Home Letters GHRA has changed since the time of its founding
The GHRA of today is far removed from the organisation that was formed in 1979. This point was clearly made by General Secretary of the PPP, Bharrat Jagdeo at the Cheddi Jagan memorial event at Babu Jaan on Sunday. While no one doubts that GHRA played an important role in exposing the sustained attacks on human rights in Guyana under Burnham and the PNC, it must be noted that the organisation has changed beyond recognition since those days of endemic State repression.
It is especially important to note that the old GHRA was not a one-man show at that time. The organisation was active and impactful because many distinguished Guyanese leaders were active in the organisation. Among them were Ashton Chase, Gordon Todd, N.K. Gopaul, Fr Malcom Rodrigues, Maulvi Azeez, and others. These stalwarts represented a cross section of Guyanese society known for militancy against the authoritarian PNC. All of them were dedicated to free and fair elections, a matter of national survival, given that by 1979 the PNC had mastered electoral banditry.
The strength of the old GHRA was not on account of one man. If fact, when GHRA was formed, Chase, Todd, Gopaul, Maulvi Azeez and Malcom Rodrigues had already established a track record of fighting the dictatorship. Ashton Chase, of course, was a founding member of the Political Affairs Committee and the PPP, and had by 1979 earned the reputation as a brilliant and steadfast champion of the labour movement. He was Minister of Labour in Cheddi Jagan’s first Government in 1953. Gordon Todd was the leader of the powerful Clerical and Commercial Workers Union, with strong groundings in the urban areas. For Chamanlall Naipaul, Gordon Todd “was one of those principled, fearless, unflinching and uncompromising advocates and leaders in the struggle of the working class, and indeed a true patriot and son of the soil” (Guyana Chronicle, 1/5/2007).

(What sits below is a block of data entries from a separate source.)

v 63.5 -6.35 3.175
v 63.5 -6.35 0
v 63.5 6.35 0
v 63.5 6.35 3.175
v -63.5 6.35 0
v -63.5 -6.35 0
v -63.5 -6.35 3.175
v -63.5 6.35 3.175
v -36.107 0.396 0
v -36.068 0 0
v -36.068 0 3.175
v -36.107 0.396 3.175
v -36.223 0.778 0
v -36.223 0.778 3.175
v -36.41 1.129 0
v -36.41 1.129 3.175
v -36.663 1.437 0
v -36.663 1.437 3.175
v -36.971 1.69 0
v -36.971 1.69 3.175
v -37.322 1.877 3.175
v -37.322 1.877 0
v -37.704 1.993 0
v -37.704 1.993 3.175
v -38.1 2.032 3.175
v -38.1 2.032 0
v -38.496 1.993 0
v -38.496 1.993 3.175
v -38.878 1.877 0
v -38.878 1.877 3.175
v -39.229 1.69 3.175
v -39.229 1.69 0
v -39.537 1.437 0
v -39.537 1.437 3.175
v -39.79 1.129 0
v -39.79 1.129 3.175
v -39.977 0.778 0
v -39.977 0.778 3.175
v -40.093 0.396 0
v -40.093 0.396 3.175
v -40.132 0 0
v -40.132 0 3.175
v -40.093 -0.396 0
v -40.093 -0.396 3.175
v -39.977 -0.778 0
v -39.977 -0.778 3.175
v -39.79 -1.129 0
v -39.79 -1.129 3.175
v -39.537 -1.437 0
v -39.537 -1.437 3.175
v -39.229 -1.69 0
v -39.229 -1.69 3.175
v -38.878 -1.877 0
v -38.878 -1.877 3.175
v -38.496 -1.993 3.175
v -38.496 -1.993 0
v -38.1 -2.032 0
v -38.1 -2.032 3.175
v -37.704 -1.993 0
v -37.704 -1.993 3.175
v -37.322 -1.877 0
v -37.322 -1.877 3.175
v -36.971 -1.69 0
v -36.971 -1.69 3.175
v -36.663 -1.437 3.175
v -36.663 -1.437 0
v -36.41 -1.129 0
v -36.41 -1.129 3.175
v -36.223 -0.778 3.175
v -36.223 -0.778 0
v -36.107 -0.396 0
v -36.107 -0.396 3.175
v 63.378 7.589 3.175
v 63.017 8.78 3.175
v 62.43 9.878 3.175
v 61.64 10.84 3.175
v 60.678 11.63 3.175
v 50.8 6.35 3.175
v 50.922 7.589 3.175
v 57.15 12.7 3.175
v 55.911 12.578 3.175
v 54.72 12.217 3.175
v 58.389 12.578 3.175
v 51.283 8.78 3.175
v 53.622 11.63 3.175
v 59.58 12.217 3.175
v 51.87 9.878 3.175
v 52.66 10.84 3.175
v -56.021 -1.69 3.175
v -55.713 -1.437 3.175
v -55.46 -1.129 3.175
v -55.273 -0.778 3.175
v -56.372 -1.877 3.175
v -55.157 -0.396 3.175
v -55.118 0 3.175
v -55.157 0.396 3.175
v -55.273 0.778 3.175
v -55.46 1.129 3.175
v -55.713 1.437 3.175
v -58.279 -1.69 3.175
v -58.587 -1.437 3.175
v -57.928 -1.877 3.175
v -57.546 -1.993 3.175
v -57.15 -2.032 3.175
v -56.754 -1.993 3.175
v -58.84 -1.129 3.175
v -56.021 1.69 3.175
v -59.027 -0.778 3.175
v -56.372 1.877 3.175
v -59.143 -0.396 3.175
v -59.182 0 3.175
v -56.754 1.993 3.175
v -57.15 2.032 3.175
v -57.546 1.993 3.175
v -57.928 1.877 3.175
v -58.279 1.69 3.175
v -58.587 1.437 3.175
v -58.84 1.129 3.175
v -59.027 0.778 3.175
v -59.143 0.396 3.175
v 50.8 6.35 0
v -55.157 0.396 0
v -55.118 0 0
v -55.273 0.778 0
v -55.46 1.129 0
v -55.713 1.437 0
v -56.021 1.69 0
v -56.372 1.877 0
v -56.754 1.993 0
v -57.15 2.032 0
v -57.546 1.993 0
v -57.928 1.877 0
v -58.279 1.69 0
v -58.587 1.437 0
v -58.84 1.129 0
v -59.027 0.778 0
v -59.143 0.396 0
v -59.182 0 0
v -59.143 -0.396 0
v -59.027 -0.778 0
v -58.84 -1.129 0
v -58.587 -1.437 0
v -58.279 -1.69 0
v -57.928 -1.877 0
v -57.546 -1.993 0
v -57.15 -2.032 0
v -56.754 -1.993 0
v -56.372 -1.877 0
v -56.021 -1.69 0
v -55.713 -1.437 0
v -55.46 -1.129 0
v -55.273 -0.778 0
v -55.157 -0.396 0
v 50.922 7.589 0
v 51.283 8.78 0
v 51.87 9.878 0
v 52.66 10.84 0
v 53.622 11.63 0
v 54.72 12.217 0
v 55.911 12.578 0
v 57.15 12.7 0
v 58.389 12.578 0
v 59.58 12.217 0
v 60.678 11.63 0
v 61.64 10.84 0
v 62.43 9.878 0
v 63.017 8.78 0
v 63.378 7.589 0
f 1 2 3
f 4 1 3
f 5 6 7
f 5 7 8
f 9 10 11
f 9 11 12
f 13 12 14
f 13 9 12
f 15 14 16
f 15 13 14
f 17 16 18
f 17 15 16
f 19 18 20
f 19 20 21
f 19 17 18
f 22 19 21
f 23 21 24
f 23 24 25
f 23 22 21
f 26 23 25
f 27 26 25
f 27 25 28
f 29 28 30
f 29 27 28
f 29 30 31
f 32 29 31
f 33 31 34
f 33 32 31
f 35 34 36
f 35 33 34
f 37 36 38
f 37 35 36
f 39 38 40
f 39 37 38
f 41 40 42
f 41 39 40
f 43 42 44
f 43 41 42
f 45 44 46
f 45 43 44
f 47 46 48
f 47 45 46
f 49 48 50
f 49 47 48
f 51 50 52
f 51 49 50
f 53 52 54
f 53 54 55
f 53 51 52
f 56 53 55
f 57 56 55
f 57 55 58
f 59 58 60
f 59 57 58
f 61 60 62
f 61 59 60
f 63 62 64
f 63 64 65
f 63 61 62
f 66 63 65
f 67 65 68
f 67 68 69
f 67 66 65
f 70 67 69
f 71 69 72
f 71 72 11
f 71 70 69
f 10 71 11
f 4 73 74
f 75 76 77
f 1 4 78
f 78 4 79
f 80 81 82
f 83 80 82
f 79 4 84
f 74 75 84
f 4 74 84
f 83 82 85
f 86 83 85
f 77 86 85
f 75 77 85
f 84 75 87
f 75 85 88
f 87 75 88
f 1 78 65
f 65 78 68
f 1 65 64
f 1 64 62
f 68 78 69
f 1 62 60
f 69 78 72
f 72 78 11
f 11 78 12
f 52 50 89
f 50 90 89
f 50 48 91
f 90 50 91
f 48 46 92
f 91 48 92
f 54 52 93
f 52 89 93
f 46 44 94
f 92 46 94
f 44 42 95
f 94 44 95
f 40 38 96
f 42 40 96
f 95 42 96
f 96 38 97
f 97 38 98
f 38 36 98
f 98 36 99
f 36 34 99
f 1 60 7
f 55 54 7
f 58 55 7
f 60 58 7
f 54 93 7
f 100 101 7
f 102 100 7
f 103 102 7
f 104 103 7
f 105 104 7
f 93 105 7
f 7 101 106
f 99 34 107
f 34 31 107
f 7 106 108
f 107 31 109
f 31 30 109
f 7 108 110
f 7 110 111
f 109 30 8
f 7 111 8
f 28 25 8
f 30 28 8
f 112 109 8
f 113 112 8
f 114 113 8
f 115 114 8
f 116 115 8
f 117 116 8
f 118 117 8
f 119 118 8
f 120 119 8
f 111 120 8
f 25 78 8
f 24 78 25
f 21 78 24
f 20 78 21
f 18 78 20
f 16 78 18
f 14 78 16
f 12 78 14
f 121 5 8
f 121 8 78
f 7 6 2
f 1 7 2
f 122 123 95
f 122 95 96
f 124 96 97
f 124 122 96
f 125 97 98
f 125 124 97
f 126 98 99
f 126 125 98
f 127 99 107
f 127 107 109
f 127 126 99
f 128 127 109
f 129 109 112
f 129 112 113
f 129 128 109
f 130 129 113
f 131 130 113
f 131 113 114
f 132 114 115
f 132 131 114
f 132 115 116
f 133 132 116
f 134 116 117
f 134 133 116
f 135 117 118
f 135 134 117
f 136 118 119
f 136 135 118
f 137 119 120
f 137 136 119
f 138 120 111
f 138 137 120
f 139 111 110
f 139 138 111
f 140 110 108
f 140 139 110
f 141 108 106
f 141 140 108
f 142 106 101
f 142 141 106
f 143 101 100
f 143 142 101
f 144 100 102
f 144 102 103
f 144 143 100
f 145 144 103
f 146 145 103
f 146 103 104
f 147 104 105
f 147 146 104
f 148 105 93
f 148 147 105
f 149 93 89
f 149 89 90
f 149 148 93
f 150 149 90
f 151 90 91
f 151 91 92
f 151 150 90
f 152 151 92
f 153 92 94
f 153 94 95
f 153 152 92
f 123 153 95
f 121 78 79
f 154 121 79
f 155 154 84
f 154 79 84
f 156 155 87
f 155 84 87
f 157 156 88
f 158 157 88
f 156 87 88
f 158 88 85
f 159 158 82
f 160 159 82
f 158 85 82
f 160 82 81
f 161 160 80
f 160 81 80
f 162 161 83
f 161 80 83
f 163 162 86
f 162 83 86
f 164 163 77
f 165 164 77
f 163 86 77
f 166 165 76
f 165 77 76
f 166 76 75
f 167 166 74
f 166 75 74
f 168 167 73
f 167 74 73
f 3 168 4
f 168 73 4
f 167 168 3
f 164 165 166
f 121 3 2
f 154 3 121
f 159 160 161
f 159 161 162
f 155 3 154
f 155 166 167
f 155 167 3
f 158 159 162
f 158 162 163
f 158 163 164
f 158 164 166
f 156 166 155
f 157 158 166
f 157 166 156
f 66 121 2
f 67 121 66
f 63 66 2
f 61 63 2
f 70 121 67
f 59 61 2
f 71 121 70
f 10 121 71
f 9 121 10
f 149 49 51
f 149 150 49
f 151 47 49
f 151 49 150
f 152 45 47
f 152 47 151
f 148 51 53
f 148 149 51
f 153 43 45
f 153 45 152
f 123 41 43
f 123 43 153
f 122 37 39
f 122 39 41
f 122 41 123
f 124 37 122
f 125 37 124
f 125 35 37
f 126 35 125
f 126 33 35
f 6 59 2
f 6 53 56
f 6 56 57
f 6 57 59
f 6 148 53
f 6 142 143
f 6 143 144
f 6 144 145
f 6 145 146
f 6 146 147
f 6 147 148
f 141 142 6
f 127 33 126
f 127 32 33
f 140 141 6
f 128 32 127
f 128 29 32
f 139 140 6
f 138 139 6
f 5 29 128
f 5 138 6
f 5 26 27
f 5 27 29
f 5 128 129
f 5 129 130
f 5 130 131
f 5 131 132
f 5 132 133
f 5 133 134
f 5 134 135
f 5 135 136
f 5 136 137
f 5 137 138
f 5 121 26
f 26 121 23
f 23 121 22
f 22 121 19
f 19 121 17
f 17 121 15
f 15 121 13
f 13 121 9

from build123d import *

# Parameters (mm, degrees)
SKETCH1_W           = 127
SKETCH1_H           = 12.7
SKETCH1_R           = 2.032
BOSS_EXTRUDE1_DEPTH = 3.175
BOSS_EXTRUDE2_DEPTH = 3.175


with BuildPart() as part:
    # Sketch1 → Boss-Extrude1 (new body)
    with BuildSketch(Plane.XY):
        Rectangle(SKETCH1_W, SKETCH1_H)
        with Locations((-57.15, 0)):
            Circle(SKETCH1_R, mode=Mode.SUBTRACT)
        with Locations((-38.1, 0)):
            Circle(SKETCH1_R, mode=Mode.SUBTRACT)
    extrude(amount=BOSS_EXTRUDE1_DEPTH)

    # Sketch2 → Boss-Extrude2 (add)
    with BuildSketch(Plane.XY.offset(3.175)):
        with BuildLine():
            Line((63.5, 6.35), (50.8, 6.35))
            ThreePointArc((50.8, 6.35), (57.15, 12.7), (63.5, 6.35))
        make_face()
    extrude(amount=-BOSS_EXTRUDE2_DEPTH)


solid = part.part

N.K. Gopaul, a courageous and battle-tested anti-dictatorship fighter, was General Secretary (and later President) of the National Association of Agricultural, Commercial and Industrial Employees (NACCIE). GHRA also benefitted from the presence and leadership of Jesuit priest Fr Malcom Rodrigues, who was also Head of the Physics Department at UG, and later Vice Chancellor at the same institution. And, among many others who shored-up GHRA, there was the reputable architect, Albert Rodrigues, and the Muslim leader Maulvi Azeez, from West Coast Demerara.
During the heydays of the anti-dictatorship struggles against the PNC, therefore, the GHRA had multiple people who had long track records in human rights, and deep connections to the society. They were also active players rather than mere names on a piece of paper (or website). They pulled no punches, but instead took the fight against the extant machinery of repression.
That is a far cry from what exists as the GHRA today. The organisation now has been reduced to a single voice, something that should never happen in an organisation that is intended to protect human rights. The current GHRA has become too politicised, and there is widespread belief that it is biased towards, and a cover for, a small clique of Georgetown elites, along with some overseas academics who have only peripheral connections to Guyana.
The GHRA is so dysfunctional because of one-manism that issues of human rights can be bent, ignored, or simply dismissed. This is precisely what happened when Mr McCormack ignored Tacuma Ogunseye’s race-based call for violent subversion of the Government. May I remind readers that the WPA leader called for turning guns on people. His fanatical call was reinforced by Associate Professor David Hinds of Arizona State University who called for 750,000 Ogunseyes.
To the best of my knowledge, Mike McCormack is yet to condemn the WPA’s call to racial violence. I previously called on Mike to do the right thing. So far, nothing.